WORK INSTRUCTION>
Every line from the beginning of the records below up to the one holding "v13 (23.3,-12.497263,42.575138)" should be quoted exactly; leave out the rest.

= Beginning of Section =

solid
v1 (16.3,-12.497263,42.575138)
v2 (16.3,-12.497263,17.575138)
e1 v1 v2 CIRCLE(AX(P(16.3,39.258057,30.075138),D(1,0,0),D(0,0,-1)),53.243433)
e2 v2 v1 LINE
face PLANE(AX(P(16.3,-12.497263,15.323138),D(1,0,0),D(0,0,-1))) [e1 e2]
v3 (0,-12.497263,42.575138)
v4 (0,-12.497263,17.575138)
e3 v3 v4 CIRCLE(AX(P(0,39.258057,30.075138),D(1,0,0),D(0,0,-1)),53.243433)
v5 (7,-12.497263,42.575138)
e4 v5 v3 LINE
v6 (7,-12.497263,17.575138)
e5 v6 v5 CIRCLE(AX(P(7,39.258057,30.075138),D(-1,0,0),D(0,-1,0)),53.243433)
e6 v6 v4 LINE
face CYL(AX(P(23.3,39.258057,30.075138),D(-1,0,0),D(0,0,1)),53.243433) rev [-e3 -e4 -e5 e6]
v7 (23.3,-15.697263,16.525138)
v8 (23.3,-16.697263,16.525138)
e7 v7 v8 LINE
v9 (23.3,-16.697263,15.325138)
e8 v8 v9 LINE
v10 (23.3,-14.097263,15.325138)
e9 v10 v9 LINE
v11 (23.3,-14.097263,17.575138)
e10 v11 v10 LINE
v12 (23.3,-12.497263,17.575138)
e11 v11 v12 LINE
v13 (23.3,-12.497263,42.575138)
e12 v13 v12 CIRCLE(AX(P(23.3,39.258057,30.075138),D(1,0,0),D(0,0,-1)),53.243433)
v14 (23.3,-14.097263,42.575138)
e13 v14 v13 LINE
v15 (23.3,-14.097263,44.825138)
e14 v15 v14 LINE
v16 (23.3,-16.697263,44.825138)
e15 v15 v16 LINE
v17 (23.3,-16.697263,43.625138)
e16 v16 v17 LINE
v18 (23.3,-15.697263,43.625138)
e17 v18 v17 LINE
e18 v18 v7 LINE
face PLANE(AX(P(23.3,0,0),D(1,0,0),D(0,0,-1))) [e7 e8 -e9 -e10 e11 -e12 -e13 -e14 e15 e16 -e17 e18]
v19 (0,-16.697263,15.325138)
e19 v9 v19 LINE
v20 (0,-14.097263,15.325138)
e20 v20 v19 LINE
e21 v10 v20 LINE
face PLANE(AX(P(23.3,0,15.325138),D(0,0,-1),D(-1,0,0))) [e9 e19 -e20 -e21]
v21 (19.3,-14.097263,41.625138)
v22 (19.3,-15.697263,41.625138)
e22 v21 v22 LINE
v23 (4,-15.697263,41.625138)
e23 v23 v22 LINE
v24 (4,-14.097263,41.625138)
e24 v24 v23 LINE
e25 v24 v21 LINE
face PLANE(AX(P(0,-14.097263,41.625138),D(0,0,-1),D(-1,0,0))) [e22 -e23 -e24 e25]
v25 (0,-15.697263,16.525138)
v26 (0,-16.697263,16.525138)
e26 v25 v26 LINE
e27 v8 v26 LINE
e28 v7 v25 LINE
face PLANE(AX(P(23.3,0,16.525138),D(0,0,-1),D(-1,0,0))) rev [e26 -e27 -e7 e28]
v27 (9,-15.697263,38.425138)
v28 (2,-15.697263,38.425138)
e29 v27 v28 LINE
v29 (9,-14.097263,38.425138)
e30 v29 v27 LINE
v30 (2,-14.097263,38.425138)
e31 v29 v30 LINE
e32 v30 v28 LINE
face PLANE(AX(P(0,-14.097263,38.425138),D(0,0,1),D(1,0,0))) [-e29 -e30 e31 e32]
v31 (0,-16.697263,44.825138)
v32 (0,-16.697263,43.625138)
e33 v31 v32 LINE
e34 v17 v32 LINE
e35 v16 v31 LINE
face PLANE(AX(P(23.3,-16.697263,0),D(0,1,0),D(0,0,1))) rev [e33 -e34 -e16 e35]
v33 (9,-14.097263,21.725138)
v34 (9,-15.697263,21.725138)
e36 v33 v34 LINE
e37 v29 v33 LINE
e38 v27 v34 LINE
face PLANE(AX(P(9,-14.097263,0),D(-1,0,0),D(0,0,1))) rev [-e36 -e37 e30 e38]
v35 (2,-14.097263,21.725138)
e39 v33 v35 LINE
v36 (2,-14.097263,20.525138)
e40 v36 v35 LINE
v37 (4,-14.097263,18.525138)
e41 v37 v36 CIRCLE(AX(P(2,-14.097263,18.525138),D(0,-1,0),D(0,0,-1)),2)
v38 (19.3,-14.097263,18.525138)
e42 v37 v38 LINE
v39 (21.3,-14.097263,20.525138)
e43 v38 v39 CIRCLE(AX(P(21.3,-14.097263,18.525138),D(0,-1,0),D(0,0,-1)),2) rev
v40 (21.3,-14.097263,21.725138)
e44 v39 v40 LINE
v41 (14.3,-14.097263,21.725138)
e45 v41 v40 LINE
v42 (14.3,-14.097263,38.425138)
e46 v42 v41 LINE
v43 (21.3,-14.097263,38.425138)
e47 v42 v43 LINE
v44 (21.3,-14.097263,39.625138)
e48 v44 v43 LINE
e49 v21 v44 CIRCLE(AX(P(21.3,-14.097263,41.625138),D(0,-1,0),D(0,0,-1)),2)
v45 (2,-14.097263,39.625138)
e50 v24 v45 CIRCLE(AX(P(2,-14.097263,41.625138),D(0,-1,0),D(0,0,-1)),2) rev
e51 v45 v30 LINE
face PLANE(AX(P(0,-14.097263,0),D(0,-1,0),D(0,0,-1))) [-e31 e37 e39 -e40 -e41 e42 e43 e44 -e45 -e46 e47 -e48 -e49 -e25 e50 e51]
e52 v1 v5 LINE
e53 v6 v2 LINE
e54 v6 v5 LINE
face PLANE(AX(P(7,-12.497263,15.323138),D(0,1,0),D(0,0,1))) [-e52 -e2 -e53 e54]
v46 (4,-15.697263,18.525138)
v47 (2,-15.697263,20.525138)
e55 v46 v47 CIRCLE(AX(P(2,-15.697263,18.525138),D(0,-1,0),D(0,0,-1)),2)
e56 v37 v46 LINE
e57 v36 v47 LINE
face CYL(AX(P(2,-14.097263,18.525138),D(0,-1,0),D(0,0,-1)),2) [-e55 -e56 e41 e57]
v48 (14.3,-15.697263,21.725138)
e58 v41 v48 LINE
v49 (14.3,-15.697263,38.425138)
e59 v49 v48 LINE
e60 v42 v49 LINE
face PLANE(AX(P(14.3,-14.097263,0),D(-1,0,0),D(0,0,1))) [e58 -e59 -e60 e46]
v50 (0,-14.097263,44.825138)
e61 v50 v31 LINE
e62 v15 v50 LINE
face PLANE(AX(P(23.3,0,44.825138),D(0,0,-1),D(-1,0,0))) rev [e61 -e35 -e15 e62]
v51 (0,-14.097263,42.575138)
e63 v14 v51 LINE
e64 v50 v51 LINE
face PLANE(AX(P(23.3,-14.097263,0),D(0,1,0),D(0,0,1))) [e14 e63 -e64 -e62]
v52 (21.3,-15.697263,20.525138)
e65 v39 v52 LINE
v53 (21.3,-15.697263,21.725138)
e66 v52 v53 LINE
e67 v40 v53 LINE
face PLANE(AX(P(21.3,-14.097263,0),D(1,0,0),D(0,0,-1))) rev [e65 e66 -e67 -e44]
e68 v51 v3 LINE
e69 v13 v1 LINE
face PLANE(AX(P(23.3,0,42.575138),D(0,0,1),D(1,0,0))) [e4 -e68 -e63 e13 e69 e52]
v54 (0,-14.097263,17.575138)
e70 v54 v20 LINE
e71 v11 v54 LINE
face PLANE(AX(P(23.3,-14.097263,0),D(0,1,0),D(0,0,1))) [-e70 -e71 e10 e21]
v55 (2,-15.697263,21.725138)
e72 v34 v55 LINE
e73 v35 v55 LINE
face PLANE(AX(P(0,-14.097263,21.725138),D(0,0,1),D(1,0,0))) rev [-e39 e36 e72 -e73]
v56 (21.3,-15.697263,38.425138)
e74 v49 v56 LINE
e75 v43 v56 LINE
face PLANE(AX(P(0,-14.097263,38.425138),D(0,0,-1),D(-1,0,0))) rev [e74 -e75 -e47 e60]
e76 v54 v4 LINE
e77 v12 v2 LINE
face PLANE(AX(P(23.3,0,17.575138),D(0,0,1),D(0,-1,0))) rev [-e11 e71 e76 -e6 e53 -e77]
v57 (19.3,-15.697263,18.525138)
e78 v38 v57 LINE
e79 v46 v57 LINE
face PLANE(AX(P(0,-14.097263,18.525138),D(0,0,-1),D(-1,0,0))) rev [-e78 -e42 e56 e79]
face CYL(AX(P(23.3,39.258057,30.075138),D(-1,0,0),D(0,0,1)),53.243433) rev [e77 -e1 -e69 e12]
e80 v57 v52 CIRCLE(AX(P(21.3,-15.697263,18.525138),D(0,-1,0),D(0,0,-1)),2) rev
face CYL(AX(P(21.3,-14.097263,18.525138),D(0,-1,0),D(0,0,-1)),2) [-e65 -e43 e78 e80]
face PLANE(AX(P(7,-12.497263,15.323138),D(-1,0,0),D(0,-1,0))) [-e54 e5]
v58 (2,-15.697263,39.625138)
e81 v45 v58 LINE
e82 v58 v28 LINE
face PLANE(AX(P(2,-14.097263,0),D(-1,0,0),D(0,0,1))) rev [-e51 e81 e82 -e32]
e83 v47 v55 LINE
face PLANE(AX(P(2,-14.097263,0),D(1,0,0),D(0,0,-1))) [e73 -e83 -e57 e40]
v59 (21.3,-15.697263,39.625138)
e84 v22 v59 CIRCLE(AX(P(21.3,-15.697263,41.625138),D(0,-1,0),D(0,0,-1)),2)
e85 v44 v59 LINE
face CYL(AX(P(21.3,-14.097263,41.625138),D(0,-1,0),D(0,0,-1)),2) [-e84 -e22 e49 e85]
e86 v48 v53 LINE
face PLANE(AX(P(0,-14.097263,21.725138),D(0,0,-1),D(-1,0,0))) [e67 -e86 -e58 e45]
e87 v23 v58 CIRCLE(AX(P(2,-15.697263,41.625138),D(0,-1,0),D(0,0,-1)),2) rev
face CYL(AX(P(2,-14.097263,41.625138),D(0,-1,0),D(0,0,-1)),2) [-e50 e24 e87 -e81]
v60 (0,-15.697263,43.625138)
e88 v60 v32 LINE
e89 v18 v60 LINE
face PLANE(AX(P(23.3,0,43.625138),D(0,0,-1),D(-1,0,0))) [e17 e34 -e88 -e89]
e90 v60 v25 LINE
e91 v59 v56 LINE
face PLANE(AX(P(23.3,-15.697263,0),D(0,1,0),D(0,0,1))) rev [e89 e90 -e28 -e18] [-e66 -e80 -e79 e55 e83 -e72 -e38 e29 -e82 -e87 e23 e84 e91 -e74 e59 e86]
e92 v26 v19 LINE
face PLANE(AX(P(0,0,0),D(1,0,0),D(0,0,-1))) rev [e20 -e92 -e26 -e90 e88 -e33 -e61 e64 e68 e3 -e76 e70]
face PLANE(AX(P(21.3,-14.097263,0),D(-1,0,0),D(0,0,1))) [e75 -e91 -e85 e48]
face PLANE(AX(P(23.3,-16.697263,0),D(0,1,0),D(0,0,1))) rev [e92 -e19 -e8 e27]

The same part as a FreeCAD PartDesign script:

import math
import FreeCAD as App
import Part
import Sketcher

doc = App.newDocument("Part")
body = doc.addObject("PartDesign::Body", "Body")

# Sketch on YZ plane
sketch1 = body.newObject("Sketcher::SketchObject", "Sketch")
sketch1.AttachmentSupport = (doc.getObject("YZ_Plane"), [""])
sketch1.MapMode = "FlatFace"
sketch1.addGeometry([
    Part.LineSegment(App.Vector(-16.7, 43.6, 0), App.Vector(-15.7, 43.6, 0)),  # 0
    Part.LineSegment(App.Vector(-15.7, 43.6, 0), App.Vector(-15.7, 16.5, 0)),  # 1
    Part.LineSegment(App.Vector(-15.7, 16.5, 0), App.Vector(-16.7, 16.5, 0)),  # 2
    Part.LineSegment(App.Vector(-16.7, 16.5, 0), App.Vector(-16.7, 15.3, 0)),  # 3
    Part.LineSegment(App.Vector(-16.7, 15.3, 0), App.Vector(-14.1, 15.3, 0)),  # 4
    Part.LineSegment(App.Vector(-14.1, 15.3, 0), App.Vector(-14.1, 17.6, 0)),  # 5
    Part.LineSegment(App.Vector(-14.1, 17.6, 0), App.Vector(-12.5, 17.6, 0)),  # 6
    Part.ArcOfCircle(Part.Circle(App.Vector(39.3, 30.1, 0), App.Vector(0, 0, 1), 53.2), math.radians(166), math.radians(194)),  # 7
    Part.LineSegment(App.Vector(-12.5, 42.6, 0), App.Vector(-14.1, 42.6, 0)),  # 8
    Part.LineSegment(App.Vector(-14.1, 42.6, 0), App.Vector(-14.1, 44.8, 0)),  # 9
    Part.LineSegment(App.Vector(-14.1, 44.8, 0), App.Vector(-16.7, 44.8, 0)),  # 10
    Part.LineSegment(App.Vector(-16.7, 44.8, 0), App.Vector(-16.7, 43.6, 0)),  # 11
], False)
sketch1.addConstraint([
    Sketcher.Constraint("Coincident", 0, 2, 1, 1),
    Sketcher.Constraint("Coincident", 1, 2, 2, 1),
    Sketcher.Constraint("Coincident", 2, 2, 3, 1),
    Sketcher.Constraint("Coincident", 3, 2, 4, 1),
    Sketcher.Constraint("Coincident", 4, 2, 5, 1),
    Sketcher.Constraint("Coincident", 5, 2, 6, 1),
    Sketcher.Constraint("Coincident", 6, 2, 7, 2),
    Sketcher.Constraint("Coincident", 7, 1, 8, 1),
    Sketcher.Constraint("Coincident", 8, 2, 9, 1),
    Sketcher.Constraint("Coincident", 9, 2, 10, 1),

= End of Section =

EXERCISE RESULT>
solid
v1 (16.3,-12.497263,42.575138)
v2 (16.3,-12.497263,17.575138)
e1 v1 v2 CIRCLE(AX(P(16.3,39.258057,30.075138),D(1,0,0),D(0,0,-1)),53.243433)
e2 v2 v1 LINE
face PLANE(AX(P(16.3,-12.497263,15.323138),D(1,0,0),D(0,0,-1))) [e1 e2]
v3 (0,-12.497263,42.575138)
v4 (0,-12.497263,17.575138)
e3 v3 v4 CIRCLE(AX(P(0,39.258057,30.075138),D(1,0,0),D(0,0,-1)),53.243433)
v5 (7,-12.497263,42.575138)
e4 v5 v3 LINE
v6 (7,-12.497263,17.575138)
e5 v6 v5 CIRCLE(AX(P(7,39.258057,30.075138),D(-1,0,0),D(0,-1,0)),53.243433)
e6 v6 v4 LINE
face CYL(AX(P(23.3,39.258057,30.075138),D(-1,0,0),D(0,0,1)),53.243433) rev [-e3 -e4 -e5 e6]
v7 (23.3,-15.697263,16.525138)
v8 (23.3,-16.697263,16.525138)
e7 v7 v8 LINE
v9 (23.3,-16.697263,15.325138)
e8 v8 v9 LINE
v10 (23.3,-14.097263,15.325138)
e9 v10 v9 LINE
v11 (23.3,-14.097263,17.575138)
e10 v11 v10 LINE
v12 (23.3,-12.497263,17.575138)
e11 v11 v12 LINE
v13 (23.3,-12.497263,42.575138)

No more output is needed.